A particle travels along a straight line with a velocity v=(12-3t^2) m/s, when t is in seconds. When t=1s, the particle is located 10m to the left of the origin. Determine the accelaration when t=4s, the displacement from t=0 to t=10s, and the distance the particle travels during this time period..
Thank you for the answer of my 1st question..hope you could help me w/ this one.tnx
v=12-3t^2
acceleration= -6t at t=4, acceleration is -24m/s^2
displacement=INTEGRAL velocity dt
= INT(12-3t^2)dt= 12t-t^3 from t=0 to 10
= 120-1000=-860
To find the acceleration when t = 4s, we need to differentiate the given velocity function v(t) with respect to time t.
Given: v(t) = 12 - 3t^2 m/s
Differentiating v(t) with respect to t, we get:
a(t) = d(v(t))/dt
= d(12 - 3t^2)/dt
= -6t
Now, substitute t = 4s into the acceleration function to find the acceleration at t = 4s:
a(4) = -6(4)
= -24 m/s^2
Therefore, when t = 4s, the acceleration is -24 m/s^2.
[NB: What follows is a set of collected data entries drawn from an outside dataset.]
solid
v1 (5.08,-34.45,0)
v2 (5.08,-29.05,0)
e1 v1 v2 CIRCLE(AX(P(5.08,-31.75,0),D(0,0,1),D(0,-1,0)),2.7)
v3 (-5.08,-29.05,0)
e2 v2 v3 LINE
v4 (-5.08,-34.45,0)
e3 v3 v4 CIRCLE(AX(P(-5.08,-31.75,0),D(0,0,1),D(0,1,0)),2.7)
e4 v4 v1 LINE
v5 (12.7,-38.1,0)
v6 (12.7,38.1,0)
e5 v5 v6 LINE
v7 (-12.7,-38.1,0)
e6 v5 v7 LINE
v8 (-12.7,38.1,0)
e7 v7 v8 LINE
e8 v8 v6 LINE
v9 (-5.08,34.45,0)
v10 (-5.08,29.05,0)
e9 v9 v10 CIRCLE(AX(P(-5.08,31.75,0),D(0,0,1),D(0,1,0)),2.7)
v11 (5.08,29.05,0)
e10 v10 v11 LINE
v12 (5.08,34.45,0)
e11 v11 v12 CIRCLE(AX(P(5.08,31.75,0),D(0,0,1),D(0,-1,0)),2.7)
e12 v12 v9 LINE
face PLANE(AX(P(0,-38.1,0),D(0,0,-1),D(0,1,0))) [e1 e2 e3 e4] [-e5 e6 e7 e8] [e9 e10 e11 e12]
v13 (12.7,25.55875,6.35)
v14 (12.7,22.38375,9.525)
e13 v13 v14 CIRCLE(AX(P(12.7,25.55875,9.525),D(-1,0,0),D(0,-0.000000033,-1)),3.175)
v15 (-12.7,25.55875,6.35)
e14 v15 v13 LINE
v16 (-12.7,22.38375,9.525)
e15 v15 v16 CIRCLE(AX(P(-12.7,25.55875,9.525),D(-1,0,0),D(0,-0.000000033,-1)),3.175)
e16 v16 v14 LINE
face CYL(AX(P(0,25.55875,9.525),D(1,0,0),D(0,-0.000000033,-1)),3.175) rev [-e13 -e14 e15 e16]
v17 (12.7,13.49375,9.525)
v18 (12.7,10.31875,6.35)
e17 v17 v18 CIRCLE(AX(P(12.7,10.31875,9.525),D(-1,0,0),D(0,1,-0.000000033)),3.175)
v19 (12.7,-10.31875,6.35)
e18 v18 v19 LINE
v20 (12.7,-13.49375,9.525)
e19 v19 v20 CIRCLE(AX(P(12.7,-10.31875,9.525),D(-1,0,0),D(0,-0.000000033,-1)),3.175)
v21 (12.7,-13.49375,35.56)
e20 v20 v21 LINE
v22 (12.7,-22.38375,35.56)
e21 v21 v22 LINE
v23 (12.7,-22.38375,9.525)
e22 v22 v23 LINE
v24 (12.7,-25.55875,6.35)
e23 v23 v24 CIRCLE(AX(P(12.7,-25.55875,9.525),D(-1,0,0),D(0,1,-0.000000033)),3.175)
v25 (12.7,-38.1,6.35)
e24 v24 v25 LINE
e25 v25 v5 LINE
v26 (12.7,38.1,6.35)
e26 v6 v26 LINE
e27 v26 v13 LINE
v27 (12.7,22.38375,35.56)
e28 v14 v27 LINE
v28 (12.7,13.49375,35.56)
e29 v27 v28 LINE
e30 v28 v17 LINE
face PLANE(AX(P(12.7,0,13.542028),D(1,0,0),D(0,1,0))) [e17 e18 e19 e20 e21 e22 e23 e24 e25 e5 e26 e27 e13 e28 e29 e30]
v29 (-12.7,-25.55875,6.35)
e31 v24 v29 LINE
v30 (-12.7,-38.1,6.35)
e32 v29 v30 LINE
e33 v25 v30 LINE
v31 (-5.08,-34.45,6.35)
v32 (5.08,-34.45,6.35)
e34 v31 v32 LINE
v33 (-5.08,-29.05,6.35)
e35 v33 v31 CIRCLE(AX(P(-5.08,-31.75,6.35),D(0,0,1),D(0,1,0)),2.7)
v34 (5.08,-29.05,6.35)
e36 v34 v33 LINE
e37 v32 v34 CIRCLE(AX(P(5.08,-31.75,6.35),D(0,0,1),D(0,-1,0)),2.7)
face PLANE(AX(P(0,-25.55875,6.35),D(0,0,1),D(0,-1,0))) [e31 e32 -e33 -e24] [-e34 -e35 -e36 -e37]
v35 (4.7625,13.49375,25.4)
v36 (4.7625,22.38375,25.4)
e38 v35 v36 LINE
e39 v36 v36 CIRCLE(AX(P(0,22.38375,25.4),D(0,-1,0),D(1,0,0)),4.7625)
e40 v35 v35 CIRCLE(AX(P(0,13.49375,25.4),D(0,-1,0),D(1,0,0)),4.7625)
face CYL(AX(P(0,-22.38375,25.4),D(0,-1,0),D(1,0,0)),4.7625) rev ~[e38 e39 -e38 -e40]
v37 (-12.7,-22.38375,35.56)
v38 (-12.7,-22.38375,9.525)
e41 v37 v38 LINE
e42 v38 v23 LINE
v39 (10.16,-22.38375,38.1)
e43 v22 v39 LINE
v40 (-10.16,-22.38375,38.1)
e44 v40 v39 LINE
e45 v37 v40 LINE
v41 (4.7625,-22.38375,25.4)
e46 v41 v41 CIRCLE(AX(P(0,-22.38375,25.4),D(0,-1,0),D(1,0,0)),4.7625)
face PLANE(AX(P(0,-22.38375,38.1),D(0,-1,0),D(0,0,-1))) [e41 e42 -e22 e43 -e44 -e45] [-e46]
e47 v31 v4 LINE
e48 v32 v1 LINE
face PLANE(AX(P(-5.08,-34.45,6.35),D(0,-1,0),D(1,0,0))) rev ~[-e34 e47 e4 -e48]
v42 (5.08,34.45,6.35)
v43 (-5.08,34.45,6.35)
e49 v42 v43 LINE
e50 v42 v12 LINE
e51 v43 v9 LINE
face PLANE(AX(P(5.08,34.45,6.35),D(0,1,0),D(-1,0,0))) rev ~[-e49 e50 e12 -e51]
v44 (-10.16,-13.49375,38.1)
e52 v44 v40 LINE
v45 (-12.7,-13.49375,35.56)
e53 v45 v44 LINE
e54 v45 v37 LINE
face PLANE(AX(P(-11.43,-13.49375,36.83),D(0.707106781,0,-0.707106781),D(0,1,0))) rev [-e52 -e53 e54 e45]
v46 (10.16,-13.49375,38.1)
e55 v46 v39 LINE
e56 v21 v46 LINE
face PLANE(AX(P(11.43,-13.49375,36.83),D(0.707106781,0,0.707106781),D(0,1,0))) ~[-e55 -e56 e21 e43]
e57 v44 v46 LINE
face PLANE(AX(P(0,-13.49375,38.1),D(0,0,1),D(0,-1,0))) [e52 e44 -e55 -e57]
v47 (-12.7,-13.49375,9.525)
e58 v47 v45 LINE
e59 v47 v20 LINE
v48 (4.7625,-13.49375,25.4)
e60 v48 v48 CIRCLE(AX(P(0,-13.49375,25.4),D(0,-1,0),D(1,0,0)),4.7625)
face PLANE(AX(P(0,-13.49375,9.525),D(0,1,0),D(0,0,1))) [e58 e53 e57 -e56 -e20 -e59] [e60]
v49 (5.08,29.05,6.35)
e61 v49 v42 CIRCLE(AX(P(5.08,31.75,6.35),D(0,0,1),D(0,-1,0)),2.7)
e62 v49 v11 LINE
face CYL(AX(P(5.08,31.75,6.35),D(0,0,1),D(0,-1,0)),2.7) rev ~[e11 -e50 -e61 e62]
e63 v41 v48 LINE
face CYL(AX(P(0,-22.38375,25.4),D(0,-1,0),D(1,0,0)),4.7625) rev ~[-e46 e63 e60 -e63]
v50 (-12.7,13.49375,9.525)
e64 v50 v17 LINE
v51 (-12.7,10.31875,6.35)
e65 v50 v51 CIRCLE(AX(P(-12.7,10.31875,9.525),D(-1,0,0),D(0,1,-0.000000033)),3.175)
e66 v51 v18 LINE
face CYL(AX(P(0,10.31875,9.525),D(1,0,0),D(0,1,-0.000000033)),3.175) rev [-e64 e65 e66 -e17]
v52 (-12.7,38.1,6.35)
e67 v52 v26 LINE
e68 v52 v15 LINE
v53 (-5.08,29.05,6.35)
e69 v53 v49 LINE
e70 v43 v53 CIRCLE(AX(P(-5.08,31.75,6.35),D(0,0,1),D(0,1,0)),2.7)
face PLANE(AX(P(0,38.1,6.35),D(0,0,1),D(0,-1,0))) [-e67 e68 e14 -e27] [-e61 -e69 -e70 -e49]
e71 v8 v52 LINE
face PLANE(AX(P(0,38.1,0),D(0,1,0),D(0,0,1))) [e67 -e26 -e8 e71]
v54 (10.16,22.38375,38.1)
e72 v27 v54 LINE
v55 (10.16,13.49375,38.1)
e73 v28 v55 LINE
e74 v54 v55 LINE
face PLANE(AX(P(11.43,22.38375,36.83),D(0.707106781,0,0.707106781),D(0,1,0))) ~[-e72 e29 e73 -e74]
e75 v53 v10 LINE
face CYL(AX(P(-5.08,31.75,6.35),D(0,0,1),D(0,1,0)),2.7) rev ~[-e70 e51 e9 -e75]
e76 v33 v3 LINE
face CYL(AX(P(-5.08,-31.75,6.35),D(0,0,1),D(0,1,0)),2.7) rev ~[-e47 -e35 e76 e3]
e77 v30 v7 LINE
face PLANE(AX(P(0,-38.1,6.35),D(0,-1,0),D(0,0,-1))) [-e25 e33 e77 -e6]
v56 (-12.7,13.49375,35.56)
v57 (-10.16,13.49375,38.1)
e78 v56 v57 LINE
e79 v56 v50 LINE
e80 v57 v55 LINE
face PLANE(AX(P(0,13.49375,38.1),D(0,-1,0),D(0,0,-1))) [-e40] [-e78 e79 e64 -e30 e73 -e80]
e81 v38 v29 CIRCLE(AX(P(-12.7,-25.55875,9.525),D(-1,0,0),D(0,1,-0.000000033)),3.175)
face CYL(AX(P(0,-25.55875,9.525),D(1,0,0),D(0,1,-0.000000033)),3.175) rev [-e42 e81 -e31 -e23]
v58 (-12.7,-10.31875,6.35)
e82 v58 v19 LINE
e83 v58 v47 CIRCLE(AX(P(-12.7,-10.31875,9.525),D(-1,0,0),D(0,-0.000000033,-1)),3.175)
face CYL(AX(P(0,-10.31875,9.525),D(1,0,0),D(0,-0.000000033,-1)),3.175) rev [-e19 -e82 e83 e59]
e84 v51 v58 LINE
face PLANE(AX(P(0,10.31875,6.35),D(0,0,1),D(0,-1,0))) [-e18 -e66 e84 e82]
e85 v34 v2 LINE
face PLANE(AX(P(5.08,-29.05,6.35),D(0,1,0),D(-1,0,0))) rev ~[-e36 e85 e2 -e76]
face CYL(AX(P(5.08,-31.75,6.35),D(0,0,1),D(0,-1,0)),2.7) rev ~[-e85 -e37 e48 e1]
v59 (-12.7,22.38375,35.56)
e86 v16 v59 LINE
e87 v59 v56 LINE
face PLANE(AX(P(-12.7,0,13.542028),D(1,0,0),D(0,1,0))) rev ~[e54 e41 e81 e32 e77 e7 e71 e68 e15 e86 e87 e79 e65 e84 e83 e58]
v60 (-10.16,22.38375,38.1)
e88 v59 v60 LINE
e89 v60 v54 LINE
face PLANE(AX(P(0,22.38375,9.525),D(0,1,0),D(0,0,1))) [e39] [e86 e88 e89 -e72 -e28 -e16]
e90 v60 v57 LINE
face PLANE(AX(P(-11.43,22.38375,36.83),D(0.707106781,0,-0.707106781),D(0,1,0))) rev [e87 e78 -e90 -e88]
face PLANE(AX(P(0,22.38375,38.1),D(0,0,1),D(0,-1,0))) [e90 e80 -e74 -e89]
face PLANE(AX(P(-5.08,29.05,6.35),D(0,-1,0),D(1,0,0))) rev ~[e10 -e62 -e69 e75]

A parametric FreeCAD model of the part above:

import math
import FreeCAD as App
import Part
import Sketcher
Q = App.Units.Quantity


def edges_at(feature, points):
    """Names of the edges that pass closest to the given points."""
    edges = feature.Shape.Edges
    near = lambda p: min(range(len(edges)), key=lambda i: edges[i].distToShape(Part.Vertex(*p))[0])
    return sorted({f"Edge{near(p) + 1}" for p in points})

doc = App.newDocument("Part")
body = doc.addObject("PartDesign::Body", "Body")

# Sketch on YZ plane
sketch1 = body.newObject("Sketcher::SketchObject", "Sketch")
sketch1.AttachmentSupport = (doc.getObject("YZ_Plane"), [""])
sketch1.MapMode = "FlatFace"
sketch1.addGeometry(Part.LineSegment(App.Vector(-38.1, 0, 0), App.Vector(38.1, 0, 0)), False)
sketch1.addGeometry(Part.LineSegment(App.Vector(38.1, 0, 0), App.Vector(38.1, 6.35, 0)), False)
sketch1.addGeometry(Part.LineSegment(App.Vector(38.1, 6.35, 0), App.Vector(25.55875, 6.35, 0)), False)
sketch1.addGeometry(Part.ArcOfCircle(Part.Circle(App.Vector(25.55875, 9.525, 0), App.Vector(0, 0, 1), 3.175), math.radians(-179.999998), math.radians(-90.000002)), False)
sketch1.addGeometry(Part.LineSegment(App.Vector(22.38375, 9.525, 0), App.Vector(22.38375, 38.1, 0)), False)
sketch1.addGeometry(Part.LineSegment(App.Vector(22.38375, 38.1, 0), App.Vector(13.49375, 38.1, 0)), False)
sketch1.addGeometry(Part.LineSegment(App.Vector(13.49375, 38.1, 0), App.Vector(13.49375, 9.525, 0)), False)
sketch1.addGeometry(Part.ArcOfCircle(Part.Circle(App.Vector(10.31875, 9.525, 0), App.Vector(0, 0, 1), 3.175), math.radians(-89.999998), math.radians(-0.000002)), False)
sketch1.addGeometry(Part.LineSegment(App.Vector(10.31875, 6.35, 0), App.Vector(-10.31875, 6.35, 0)), False)
sketch1.addGeometry(Part.ArcOfCircle(Part.Circle(App.Vector(-10.31875, 9.525, 0), App.Vector(0, 0, 1), 3.175), math.radians(-179.999998), math.radians(-90.000002)), False)
sketch1.addGeometry(Part.LineSegment(App.Vector(-13.49375, 9.525, 0), App.Vector(-13.49375, 38.1, 0)), False)
sketch1.addGeometry(Part.LineSegment(App.Vector(-13.49375, 38.1, 0), App.Vector(-22.38375, 38.1, 0)), False)
sketch1.addGeometry(Part.LineSegment(App.Vector(-22.38375, 38.1, 0), App.Vector(-22.38375, 9.525, 0)), False)
sketch1.addGeometry(Part.ArcOfCircle(Part.Circle(App.Vector(-25.55875, 9.525, 0), App.Vector(0, 0, 1), 3.175), math.radians(-89.999998), math.radians(-0.000002)), False)
sketch1.addGeometry(Part.LineSegment(App.Vector(-25.55875, 6.35, 0), App.Vector(-38.1, 6.35, 0)), False)
sketch1.addGeometry(Part.LineSegment(App.Vector(-38.1, 6.35, 0), App.Vector(-38.1, 0, 0)), False)
sketch1.addConstraint(Sketcher.Constraint("Coincident", 0, 2, 1, 1))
Now, let's find the displacement from t = 0s to t = 10s.
To find the displacement, we need to integrate the velocity function v(t) from t = 0s to t = 10s.
Given: v(t) = 12 - 3t^2 m/s
To find the displacement D, integrate v(t) with respect to t from t = 0s to t = 10s:
D = ∫(0s to 10s) (12 - 3t^2) dt
= ∫(0s to 10s) 12dt - ∫(0s to 10s) 3t^2 dt
= [12t] (0s to 10s) - [t^3] (0s to 10s)
= 12(10) - 3(10^3) - (12(0) - 3(0^3))
= 120 - 3000 - 0
= -2880 m
Therefore, the displacement from t = 0s to t = 10s is -2880 m (to the left).
To find the distance the particle travels during this time period, we can take the absolute value of the displacement.
Distance = |Displacement|
= |-2880|
= 2880 m
Therefore, the particle travels a distance of 2880 meters during the time period from t = 0s to t = 10s.
To determine the acceleration when t=4s, we need to find the derivative of the velocity with respect to time (t):
Given: v = 12 - 3t^2
To find the acceleration a, we take the derivative of v with respect to t:
a = d/dt (v) = d/dt (12 - 3t^2)
Differentiating the equation term by term, we get:
a = 0 - 6t
When t=4s, we can substitute the value into the equation to find the acceleration:
a = 0 - 6(4) = -24 m/s^2
Thus, the acceleration when t=4s is -24 m/s^2.
To determine the displacement from t=0 to t=10s, we need to calculate the integral of the velocity from t=0 to t=10:
Given: v = 12 - 3t^2
To find the displacement D, we integrate v with respect to t over the interval from t=0 to t=10:
D = ∫(12 - 3t^2) dt (evaluated from t=0 to t=10)
Integrating term by term, we get:
D = 12t - t^3
Substituting the limits of integration:
D = (12(10) - 10^3) - (12(0) - 0^3)
D = (120 - 1000) - (0 - 0)
D = -880 - 0
D = -880 m
Thus, the displacement from t=0 to t=10s is -880 m (to the left of the origin).
To determine the distance the particle travels during the time period from t=0 to t=10s, we need to find the integral of the absolute value of the velocity from t=0 to t=10:
Given: v = 12 - 3t^2
To find the distance traveled, we integrate the absolute value of v with respect to t over the interval from t=0 to t=10:
Distance = ∫|12 - 3t^2| dt (evaluated from t=0 to t=10)
We need to split this integral into two parts, corresponding to the different regions where the expression inside the absolute value function changes sign:
For t in [0, 2], v = 12 - 3t^2
For t in [2, 10], v = 3t^2 - 12
Integrating the first part, we get:
∫(12 - 3t^2) dt = 12t - t^3/3 + C1
Integrating the second part, we get:
∫(3t^2 - 12) dt = t^3 - 12t + C2
To find the distance, we need to convert any negative values obtained from evaluating the definite integrals to positive:
Distance = |12(10) - (10^3/3) + C1| + |(10^3 - 12(10) + C2)|
The constants C1 and C2 cancel out when evaluating the absolute value. For simplicity, let's assume C1 and C2 are both equal to zero.
Distance = |120 - (1000/3)| + |(1000 - 120)|
Distance = |360 - 1000/3| + |880|
Distance = |-640/3| + 880
Distance = 640/3 + 880
Distance = 2560/3 + 880
Distance ≈ 1426.67 + 880
Distance ≈ 2306.67 m
Thus, the distance the particle travels during the time period from t=0 to t=10s is approximately 2306.67 m.